Simple. De-regulate and stop taxing productive activity in order to buy votes from baby-boomers like you. Nothin’ to it, really.

UnHerd Reader
UnHerd Reader
3 months ago
Reply to  Hugh Bryant

Hugh, you are a pompus git. All one needs do is read your witterings to discern that you dont know much at all.

Hugh Bryant
Hugh Bryant
3 months ago
Reply to  UnHerd Reader

Wow, that’s a powerful and compelling argument! Well done! At least I can spell FFS.

Ian Wigg
Ian Wigg
3 months ago
Reply to  j watson

The problem for pension companies is a regulatory one. Due to Capital Adequacy rules they are effectively forced in holding almost exclusively fixed income portfolios. To incentivise them to hold UK equities these rules need to be relaxed.

j watson
j watson
3 months ago
Reply to  Ian Wigg

There is certainly something in needing to change some rules IW, and maybe also get alot of the smaller funds to consolidate. The key thing is we have ponder and make changes that get more of this money invested in the UK.

Ian Wigg
Ian Wigg
3 months ago
Reply to  j watson

Consolidation of smaller finds is a bad idea as it’s often the smaller funds which are willing to take a greater risk (they’re often sub funds of bigger institutional funds as part of a fully blended portfolio.)

I was global head of sales and marketing for an institutional investment consultancy specialising in both the Lloyds and London Markets and Pension sectors.
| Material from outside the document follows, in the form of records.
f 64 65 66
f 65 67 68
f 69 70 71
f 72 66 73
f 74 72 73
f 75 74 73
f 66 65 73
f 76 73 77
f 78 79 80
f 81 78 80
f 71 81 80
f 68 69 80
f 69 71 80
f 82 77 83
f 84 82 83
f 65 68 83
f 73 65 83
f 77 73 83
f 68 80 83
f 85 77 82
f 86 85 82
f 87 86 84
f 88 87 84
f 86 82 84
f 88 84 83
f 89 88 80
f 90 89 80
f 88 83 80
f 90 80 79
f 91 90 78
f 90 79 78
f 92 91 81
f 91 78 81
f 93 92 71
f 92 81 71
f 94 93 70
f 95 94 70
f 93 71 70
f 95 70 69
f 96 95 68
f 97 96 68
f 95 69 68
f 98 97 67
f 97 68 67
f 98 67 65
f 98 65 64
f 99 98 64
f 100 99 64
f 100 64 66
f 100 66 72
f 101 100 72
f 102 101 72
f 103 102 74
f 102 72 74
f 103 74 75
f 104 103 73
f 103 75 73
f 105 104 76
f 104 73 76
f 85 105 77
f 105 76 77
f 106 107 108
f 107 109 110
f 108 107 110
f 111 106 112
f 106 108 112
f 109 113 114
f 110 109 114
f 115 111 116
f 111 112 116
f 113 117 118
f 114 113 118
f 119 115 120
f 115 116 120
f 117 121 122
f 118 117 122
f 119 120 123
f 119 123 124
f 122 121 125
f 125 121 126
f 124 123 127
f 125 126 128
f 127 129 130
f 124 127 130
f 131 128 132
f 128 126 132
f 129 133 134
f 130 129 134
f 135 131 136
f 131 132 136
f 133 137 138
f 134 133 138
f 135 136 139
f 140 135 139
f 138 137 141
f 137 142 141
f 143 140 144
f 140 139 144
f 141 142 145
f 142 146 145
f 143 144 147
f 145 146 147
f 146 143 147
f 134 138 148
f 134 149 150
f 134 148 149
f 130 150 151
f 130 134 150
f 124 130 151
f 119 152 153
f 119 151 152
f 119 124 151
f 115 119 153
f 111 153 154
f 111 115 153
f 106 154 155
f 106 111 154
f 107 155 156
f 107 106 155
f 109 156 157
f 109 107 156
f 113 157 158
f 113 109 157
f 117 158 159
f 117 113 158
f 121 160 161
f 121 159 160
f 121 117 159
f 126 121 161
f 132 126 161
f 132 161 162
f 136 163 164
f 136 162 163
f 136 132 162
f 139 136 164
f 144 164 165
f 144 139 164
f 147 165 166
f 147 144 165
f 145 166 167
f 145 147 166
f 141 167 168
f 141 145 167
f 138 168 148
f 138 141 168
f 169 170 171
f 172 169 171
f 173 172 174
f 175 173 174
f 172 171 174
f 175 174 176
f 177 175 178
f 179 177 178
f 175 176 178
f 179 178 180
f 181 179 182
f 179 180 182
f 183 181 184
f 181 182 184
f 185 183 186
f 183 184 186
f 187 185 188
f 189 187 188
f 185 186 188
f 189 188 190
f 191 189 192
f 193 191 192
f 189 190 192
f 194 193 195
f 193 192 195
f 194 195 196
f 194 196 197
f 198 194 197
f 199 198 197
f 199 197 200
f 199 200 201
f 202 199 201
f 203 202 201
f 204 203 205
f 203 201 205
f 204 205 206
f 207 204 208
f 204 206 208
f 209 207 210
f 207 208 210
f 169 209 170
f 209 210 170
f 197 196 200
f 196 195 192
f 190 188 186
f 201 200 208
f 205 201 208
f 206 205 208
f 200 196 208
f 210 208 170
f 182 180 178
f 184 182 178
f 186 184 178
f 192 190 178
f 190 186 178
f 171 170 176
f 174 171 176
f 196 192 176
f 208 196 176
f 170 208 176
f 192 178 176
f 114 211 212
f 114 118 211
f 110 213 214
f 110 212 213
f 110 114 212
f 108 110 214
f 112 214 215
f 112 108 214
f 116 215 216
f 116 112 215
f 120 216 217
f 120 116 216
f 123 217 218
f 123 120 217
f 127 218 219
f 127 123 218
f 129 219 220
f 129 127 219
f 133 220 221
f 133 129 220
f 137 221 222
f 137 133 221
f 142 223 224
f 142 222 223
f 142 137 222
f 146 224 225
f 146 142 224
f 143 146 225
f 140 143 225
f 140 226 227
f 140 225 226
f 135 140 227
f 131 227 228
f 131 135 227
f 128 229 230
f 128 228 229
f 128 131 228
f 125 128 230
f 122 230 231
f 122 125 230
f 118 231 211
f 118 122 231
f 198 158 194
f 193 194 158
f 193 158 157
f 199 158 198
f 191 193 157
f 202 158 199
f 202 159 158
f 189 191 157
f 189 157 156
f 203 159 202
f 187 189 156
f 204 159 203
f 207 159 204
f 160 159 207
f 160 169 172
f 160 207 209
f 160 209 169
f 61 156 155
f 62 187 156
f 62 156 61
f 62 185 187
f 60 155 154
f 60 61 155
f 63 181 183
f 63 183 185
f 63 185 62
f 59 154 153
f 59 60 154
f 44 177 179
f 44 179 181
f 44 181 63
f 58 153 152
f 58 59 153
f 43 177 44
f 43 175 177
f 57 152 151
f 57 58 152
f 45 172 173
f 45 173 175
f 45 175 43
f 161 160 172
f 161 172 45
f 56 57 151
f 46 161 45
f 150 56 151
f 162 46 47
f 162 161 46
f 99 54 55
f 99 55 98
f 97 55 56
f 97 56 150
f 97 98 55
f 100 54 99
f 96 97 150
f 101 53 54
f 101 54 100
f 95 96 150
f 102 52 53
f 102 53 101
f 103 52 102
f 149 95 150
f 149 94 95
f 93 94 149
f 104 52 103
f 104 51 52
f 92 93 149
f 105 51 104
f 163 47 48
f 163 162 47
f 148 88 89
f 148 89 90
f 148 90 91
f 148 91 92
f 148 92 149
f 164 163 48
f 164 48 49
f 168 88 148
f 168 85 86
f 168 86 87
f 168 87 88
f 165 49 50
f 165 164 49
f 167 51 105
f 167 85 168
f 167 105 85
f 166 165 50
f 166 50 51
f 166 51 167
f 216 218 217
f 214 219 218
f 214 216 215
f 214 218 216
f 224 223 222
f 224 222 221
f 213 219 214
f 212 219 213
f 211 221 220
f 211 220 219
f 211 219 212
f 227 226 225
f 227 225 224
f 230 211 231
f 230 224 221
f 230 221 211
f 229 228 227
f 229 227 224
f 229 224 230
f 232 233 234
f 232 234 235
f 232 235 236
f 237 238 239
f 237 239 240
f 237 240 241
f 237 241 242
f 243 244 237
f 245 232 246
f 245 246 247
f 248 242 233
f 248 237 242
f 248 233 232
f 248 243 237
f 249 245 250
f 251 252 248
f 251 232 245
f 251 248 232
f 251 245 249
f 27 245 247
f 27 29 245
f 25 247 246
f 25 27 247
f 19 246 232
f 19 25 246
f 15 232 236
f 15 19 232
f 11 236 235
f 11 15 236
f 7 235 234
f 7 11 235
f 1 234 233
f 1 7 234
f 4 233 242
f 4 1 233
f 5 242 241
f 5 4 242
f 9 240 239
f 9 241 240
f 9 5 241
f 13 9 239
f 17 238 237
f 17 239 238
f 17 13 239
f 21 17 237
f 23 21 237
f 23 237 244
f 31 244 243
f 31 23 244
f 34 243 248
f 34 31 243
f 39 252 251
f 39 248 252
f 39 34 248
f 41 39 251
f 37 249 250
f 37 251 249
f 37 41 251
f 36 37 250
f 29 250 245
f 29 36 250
The regulatory constraints imposed of the investment strategies of insurers and pension fund managers by a regulator who was shackled to an EU regulatory regime which was designed to force Investment into “fixed income” ie government issued debt and global corporate issued debt through skewed “capital adequacy” requirements wasn’t to protect those whose retirement or ltc insurance relied on security of the investment.

McLovin
McLovin
3 months ago
Reply to  j watson

The reason why we’re short of globally leading technology companies is we don’t have (or not enough of) the skills. We overproduce humanities graduates, and underproduce science and engineering graduates. This is not just the Tory legacy, in fact it’s not just the legacy of both parties, its a national level of disrespect or even contempt for STEM. Apparently (in the UK this is), 70% of people in finance have a humanities degree; it used to be the case (maybe still is) that 50% of people in IT have a humanities degree. Has that last statistic got nothing to do with the Horizon fiasco?
Our political class, civil service and media are all dominated by non-scientists. Even worse, in Britain almost uniquely, we seem to think that managers can just jump from one industrial sector to another without any domain knowledge. Again anything to do with Horizon?

Ian Wigg
Ian Wigg
3 months ago
Reply to  McLovin

There’s also a hell of a lot of fund managers and analysts with advanced degrees (masters and PhD) in STEM subjects such as theoretical physics, mathematics, engineering of various disciplines, etc. Purely and simply that’s where the money is. They’re recruited by the big financial institutions during their final year if undergrads. The rest of industry simply cannot compete with the salaries and benefits.
I’m not condoning it but until it can be addressed I can’t see things changing any time soon.

j watson
j watson
3 months ago
Reply to  McLovin

I think something in that too ML. Think Sichuan province in China had something like 30k engineering graduates last year.
IW makes the point that we do train more but they find it easier to make money in Finance. There’s alot of high calibre mathematicians for example trading in FX. So some of this is about the investment flowing to create more world class companies and generate the additional income opportunities.
But I concur we need a rebalance in University and vocational training too. That said we shouldn’t lose sight of the power of our international language and how that helps us in the Arts and Culture service sector. We generate significant revenues through these domains too.

Graham Stull
Graham Stull
3 months ago
Reply to  Hugh Bryant

I think you and others have misunderstood my point. I don’t necessarily support these policies, but I think that this is a potential path for Labour to reclaim its credibility in the eyes of ‘the people’.

McLovin
McLovin
3 months ago
Reply to  Graham Stull

Sounds like populism to me 🙂

UnHerd Reader
UnHerd Reader
3 months ago
Reply to  Hugh Bryant

HB: they are not rich, they are well off. You dont seem to understand the difference between the two. wages or a good pension will never make you rich, profits make people rich. Its profits that count.

McLovin
McLovin
3 months ago
Reply to  Graham Stull

You’re missing the point on green policies. It’s precisely the rich who can afford the latest electric SUV for instance, while the plumber next door in his 15 year old van can’t afford to a new vehicle. What’s the betting that if and when electric planes take off (!), the first customers will be the private jet market, so that they can stick their green credentials in our faces.

UnHerd Reader
UnHerd Reader
3 months ago
Reply to  Graham Stull

Except the etire “climate policy” industry is a parasitic scam that never has and never will mitigate, much less manage, the climate.

Lancashire Lad
Lancashire Lad
3 months ago
Reply to  Jeremy Bray

Is Labour likely to drop DEI and intersectionality?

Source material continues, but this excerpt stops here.